Pushed me mentally into that place of when I found out about / admitted to myself that Roy was doing fugly girl. I sat and just CRIED.
WHAT IS WRONG WITH MEN?
Asshole. Maybe I’m just so disgruntled in my own situation that I assume the worst of people, especially married men, but it’s possible that whole theory of men will only continue a conversation IF they think there’s even a slight chance of them getting laid? Like that whole Chris Rock standup in which he talks about infidity. I believe the line is: “a man is only as faithful as his options.”
Maybe it’s true for some men. As soon as the opportunity presents itself, they automatically fantasize about the “possibilities.” That’s just how they’re wired?
I am in that put up with no crap state of mind. I didn’t even want to hear what he had to say about how I interpreted what he was saying. I just saw 100 red flags and shut that shit down. Ya know how you can stand in a dark room, rub ur hand on the wall for a light switch and know it as soon as you feel it? I knew exactly what I was feeling and it was like, HOW DARE YOU? I blocked him bcz I trusted my gut and listened to my red flags feeling. Years ago I would’ve been “confused and explain it to me” girl. Today I am “oh hell no you don’t” girl.
Jerk off. I used to say he was the greatest guy we just didn’t work together. any one ever asks me about him again and I am going with he is a douche.
But, no contact is easier said than done.
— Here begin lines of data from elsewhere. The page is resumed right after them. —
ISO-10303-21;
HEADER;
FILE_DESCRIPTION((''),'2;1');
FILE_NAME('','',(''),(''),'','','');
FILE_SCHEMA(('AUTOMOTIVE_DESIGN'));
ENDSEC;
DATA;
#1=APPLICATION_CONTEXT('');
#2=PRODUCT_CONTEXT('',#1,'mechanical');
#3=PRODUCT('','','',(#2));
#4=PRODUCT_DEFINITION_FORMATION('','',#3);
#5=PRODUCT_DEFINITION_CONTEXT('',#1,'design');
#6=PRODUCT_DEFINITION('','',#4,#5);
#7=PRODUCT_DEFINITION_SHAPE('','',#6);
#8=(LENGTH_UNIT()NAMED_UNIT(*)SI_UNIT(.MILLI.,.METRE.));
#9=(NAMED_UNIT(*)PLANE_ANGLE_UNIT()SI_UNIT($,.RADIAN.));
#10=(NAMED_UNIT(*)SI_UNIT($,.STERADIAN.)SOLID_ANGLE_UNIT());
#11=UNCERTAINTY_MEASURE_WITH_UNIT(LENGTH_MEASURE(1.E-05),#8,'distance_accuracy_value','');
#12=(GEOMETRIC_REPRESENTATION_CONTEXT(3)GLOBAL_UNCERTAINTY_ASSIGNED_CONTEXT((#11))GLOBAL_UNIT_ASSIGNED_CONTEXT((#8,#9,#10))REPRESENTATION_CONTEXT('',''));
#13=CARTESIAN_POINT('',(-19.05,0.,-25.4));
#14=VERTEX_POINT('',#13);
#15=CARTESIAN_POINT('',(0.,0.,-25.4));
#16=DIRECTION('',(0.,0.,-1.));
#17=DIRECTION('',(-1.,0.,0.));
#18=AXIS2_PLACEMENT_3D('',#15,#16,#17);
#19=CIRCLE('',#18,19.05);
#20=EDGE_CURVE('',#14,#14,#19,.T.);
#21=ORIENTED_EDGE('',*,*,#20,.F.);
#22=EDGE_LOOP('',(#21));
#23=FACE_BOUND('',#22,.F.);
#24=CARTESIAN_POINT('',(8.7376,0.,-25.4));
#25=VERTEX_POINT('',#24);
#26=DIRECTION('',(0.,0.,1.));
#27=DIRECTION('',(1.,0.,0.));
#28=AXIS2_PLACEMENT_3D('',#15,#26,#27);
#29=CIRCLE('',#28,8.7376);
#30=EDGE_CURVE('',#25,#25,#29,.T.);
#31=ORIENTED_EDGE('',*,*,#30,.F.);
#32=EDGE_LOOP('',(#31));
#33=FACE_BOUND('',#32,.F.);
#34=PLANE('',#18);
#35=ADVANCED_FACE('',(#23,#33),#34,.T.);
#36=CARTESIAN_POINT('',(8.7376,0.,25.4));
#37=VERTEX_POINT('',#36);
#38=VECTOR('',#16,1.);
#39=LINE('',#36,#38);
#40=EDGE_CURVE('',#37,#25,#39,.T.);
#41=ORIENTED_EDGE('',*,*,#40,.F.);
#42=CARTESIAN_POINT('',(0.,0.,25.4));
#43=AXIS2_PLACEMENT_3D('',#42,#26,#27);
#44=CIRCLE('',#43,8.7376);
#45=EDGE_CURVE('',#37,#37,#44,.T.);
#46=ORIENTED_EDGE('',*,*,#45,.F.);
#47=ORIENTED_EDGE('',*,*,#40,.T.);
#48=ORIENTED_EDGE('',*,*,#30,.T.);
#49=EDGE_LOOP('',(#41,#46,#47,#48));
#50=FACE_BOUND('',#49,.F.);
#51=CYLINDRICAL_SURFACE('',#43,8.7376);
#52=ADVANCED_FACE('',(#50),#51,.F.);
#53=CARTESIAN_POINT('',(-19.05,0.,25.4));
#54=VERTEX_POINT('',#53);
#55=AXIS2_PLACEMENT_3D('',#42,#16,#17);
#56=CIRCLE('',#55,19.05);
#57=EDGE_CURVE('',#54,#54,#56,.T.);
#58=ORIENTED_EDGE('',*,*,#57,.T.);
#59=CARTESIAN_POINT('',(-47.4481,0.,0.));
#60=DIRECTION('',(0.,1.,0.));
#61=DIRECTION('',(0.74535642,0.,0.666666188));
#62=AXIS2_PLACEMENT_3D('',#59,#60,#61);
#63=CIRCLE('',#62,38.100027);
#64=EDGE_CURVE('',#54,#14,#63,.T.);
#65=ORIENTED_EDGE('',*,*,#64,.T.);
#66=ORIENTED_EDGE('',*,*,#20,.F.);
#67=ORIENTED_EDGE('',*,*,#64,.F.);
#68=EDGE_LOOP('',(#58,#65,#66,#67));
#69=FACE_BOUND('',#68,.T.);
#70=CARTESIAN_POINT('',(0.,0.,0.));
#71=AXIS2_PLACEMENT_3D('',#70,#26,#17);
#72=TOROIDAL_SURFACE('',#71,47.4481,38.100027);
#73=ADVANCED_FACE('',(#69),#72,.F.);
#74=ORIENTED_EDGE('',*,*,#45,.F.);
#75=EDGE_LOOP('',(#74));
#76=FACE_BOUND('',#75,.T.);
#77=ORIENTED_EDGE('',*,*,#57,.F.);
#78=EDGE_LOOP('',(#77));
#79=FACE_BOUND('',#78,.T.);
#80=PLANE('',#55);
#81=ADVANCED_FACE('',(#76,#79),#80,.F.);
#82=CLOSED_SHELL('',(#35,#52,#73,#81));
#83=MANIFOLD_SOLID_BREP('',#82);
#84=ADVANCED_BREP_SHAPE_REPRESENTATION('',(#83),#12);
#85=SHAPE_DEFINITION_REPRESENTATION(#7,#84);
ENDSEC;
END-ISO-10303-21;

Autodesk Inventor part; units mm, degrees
ref_plane "YZ Plane" through (0, 0, 0) normal (1, 0, 0) x (0, 1, 0)
ref_plane "XZ Plane" through (0, 0, 0) normal (0, 1, 0) x (-1, 0, 0)
ref_plane "XY Plane" through (0, 0, 0) normal (0, 0, 1) x (1, 0, 0)
sketch "Sketch1" plane through (0, 0, 0) normal (0, 1, 0) x (-1, 0, 0)
  line L0 (0, 25.4) -> (0, -25.4)
  line L1 (0, 25.4) -> (19.05, 25.4)
  line L2 (0, -25.4) -> (19.05, -25.4)
  arc A0 (19.05, 25.4) -> (19.05, -25.4) centre (47.4481, 0) ccw
  point P0 (0, 0)
  point P1 (0, 0)
  dimension "d0" = 50.8
  dimension "d1" = 19.05
  dimension "d2" = 38.1
revolve "Revolution1" add sketch "Sketch1" angle 360 about axis through (0, 0, 25.4) along (0, 0, -1)
sketch "Sketch2" plane through (0, 0, 25.4) normal (0, 0, 1) x (1, 0, 0)
  circle A0 centre (0, 0) radius 8.7376
  dimension "d4" = 17.4752
extrude "Extrusion1" cut sketch "Sketch2" against normal through all
properties part number "EL2-029" material "ABS Plastic"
My STBX and I agree on the terms of our divorce, and he accommodates me whenever possible concerning what I want to do with the house, money, etc. I want to mention we have no children. He never asked for any of my retirement and has given me above and beyond what I need as far as the finances go. He keeps up the maintenance on the house too. We have a big yard and to save on expenses, I let him keep it up. But, he cheated on me for over a year before he left and lied to me a lot so I still can’t help but be suspicious. He does like to keep me engaged through e-mails. I will not allow him to see me at all. My New Year’s resolution is to not check his and his girlfriend’s Facebook book account. So far, I haven’t broken it. I even went as far as deleting all of his family and friends from my Facebook account.
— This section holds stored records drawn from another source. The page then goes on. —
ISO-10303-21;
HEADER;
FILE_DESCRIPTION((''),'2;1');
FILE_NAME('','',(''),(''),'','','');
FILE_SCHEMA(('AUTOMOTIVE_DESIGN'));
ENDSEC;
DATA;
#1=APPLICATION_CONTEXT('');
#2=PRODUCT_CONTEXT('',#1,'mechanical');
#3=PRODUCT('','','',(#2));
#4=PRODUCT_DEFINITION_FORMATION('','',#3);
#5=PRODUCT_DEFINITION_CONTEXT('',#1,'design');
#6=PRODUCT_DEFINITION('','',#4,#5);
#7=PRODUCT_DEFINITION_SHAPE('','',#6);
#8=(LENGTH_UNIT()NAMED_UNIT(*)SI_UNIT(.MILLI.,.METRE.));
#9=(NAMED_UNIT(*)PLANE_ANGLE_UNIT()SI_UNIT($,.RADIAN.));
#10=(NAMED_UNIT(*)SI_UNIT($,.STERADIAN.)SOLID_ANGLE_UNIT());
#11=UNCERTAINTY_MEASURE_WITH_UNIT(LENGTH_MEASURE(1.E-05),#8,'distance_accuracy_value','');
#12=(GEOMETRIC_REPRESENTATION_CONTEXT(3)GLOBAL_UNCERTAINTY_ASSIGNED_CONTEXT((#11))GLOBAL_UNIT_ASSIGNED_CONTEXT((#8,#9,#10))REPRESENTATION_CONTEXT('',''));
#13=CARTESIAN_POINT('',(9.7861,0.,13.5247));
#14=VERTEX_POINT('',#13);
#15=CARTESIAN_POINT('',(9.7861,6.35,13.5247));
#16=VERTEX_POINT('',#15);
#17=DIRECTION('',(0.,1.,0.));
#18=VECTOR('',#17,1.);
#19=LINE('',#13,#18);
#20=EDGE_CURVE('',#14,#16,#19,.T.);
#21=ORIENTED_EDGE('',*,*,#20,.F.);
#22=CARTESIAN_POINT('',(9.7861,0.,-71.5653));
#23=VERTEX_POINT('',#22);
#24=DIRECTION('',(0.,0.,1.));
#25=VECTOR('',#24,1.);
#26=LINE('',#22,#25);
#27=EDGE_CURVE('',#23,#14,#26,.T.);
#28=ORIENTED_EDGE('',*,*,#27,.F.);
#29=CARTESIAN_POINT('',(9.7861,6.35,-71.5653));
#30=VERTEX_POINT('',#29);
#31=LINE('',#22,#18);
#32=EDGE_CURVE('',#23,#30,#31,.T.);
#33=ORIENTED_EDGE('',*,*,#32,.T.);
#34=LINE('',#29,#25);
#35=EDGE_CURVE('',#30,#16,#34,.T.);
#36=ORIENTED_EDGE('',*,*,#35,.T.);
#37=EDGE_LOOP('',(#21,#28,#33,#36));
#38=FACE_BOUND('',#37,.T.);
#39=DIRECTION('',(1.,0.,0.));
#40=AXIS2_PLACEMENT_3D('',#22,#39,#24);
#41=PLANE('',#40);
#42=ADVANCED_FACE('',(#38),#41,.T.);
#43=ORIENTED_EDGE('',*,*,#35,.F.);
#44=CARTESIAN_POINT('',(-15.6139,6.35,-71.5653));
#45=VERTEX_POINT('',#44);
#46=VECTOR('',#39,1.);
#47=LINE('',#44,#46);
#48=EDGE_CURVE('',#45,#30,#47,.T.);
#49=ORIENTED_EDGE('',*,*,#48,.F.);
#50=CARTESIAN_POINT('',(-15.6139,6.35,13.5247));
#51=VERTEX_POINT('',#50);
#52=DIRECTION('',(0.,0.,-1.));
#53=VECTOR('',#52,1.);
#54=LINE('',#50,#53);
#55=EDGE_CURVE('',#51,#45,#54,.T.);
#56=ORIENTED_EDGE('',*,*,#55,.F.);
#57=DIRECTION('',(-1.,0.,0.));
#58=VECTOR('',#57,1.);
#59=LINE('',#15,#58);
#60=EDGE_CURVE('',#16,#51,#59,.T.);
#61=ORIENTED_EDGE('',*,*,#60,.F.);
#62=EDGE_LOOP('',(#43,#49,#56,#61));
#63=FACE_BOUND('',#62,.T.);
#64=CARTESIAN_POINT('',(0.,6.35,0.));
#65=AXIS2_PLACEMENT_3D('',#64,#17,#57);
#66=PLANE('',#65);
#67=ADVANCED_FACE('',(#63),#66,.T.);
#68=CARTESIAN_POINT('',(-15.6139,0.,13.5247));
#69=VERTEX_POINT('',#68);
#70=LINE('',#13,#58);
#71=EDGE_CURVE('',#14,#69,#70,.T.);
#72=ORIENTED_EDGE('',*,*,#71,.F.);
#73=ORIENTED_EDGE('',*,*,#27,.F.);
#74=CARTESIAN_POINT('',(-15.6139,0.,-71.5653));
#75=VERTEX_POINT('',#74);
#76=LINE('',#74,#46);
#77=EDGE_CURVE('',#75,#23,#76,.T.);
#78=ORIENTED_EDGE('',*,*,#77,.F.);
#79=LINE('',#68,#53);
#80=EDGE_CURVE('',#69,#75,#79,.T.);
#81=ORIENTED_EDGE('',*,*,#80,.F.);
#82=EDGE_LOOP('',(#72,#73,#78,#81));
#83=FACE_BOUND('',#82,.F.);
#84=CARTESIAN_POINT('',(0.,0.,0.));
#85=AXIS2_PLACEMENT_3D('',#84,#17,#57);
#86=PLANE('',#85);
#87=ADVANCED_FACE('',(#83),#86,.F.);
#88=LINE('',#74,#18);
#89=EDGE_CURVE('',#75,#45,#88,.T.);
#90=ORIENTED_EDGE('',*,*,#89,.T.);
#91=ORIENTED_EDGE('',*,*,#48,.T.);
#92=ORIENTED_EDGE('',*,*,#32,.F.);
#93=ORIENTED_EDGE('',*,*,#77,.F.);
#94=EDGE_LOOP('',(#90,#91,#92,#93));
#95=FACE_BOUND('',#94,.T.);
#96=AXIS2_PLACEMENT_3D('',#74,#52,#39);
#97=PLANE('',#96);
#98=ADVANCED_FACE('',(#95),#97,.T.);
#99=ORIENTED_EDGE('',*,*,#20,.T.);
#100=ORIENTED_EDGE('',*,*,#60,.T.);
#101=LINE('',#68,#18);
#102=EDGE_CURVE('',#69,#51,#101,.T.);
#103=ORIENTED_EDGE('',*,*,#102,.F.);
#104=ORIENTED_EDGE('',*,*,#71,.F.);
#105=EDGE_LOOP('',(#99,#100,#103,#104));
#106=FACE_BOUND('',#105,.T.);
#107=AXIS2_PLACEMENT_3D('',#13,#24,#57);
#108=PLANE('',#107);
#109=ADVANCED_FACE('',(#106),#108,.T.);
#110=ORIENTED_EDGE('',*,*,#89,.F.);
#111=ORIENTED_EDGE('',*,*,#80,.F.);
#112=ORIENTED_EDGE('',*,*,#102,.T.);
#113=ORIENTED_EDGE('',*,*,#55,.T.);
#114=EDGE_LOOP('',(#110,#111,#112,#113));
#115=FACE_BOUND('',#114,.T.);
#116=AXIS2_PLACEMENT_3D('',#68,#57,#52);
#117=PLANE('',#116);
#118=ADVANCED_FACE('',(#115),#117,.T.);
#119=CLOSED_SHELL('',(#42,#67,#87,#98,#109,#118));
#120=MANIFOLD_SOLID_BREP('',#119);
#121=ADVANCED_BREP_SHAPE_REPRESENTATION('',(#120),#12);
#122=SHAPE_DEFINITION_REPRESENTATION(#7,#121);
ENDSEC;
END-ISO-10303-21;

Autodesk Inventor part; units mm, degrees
ref_plane "YZ Plane" through (0, 0, 0) normal (1, 0, 0) x (0, 1, 0)
ref_plane "XZ Plane" through (0, 0, 0) normal (0, 1, 0) x (-1, 0, 0)
ref_plane "XY Plane" through (0, 0, 0) normal (0, 0, 1) x (1, 0, 0)
sketch "Sketch1" plane through (0, 0, 0) normal (0, 1, 0) x (-1, 0, 0)
  line L0 (-9.7861, 13.5247) -> (15.6139, 13.5247)
  line L1 (15.6139, 13.5247) -> (15.6139, -71.5653)
  line L2 (15.6139, -71.5653) -> (-9.7861, -71.5653)
  line L3 (-9.7861, -71.5653) -> (-9.7861, 13.5247)
  point P0 (0, 0)
  dimension "d0" = 25.4
  dimension "d2" = 85.09
extrude "Extrusion1" add sketch "Sketch1" along normal blind 6.35
properties part number "Spacer"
Maria, block him and OW on Facebook. There is no reason to see anything he says or does, whether through a mutual friend or whatever. That is just pure torture. Then you can’t check the accounts (I understand the gravitational pull that puts on your attention, believe me).
Once you are divorced and everything signed and sealed, I’d also go true no contact. Remember, he is NOT your friend.
Good luck!
For the very first time since I went NC a couple months ago, I cried. This damn article is so true. It’s the help I need to carry on. Thanks CL. I hope you know how profound the impact of your website and words are and that they reach A LOT of people who thank you too!
It’s strange, my stbxw seems to be employing the NC strategy but it’s her that had an affair for 1-2 years after 17 years together since we were 16. The AP is 14 years older on his second marriage, 2 kids to his first and 1 to his current pregnant wife. My stbxw was their childminder! I moved out as I thought we were just separating! He moved in a few days later with my kids! She never contacts me for anything, and never replies to my messages about the kids, divorce or anything!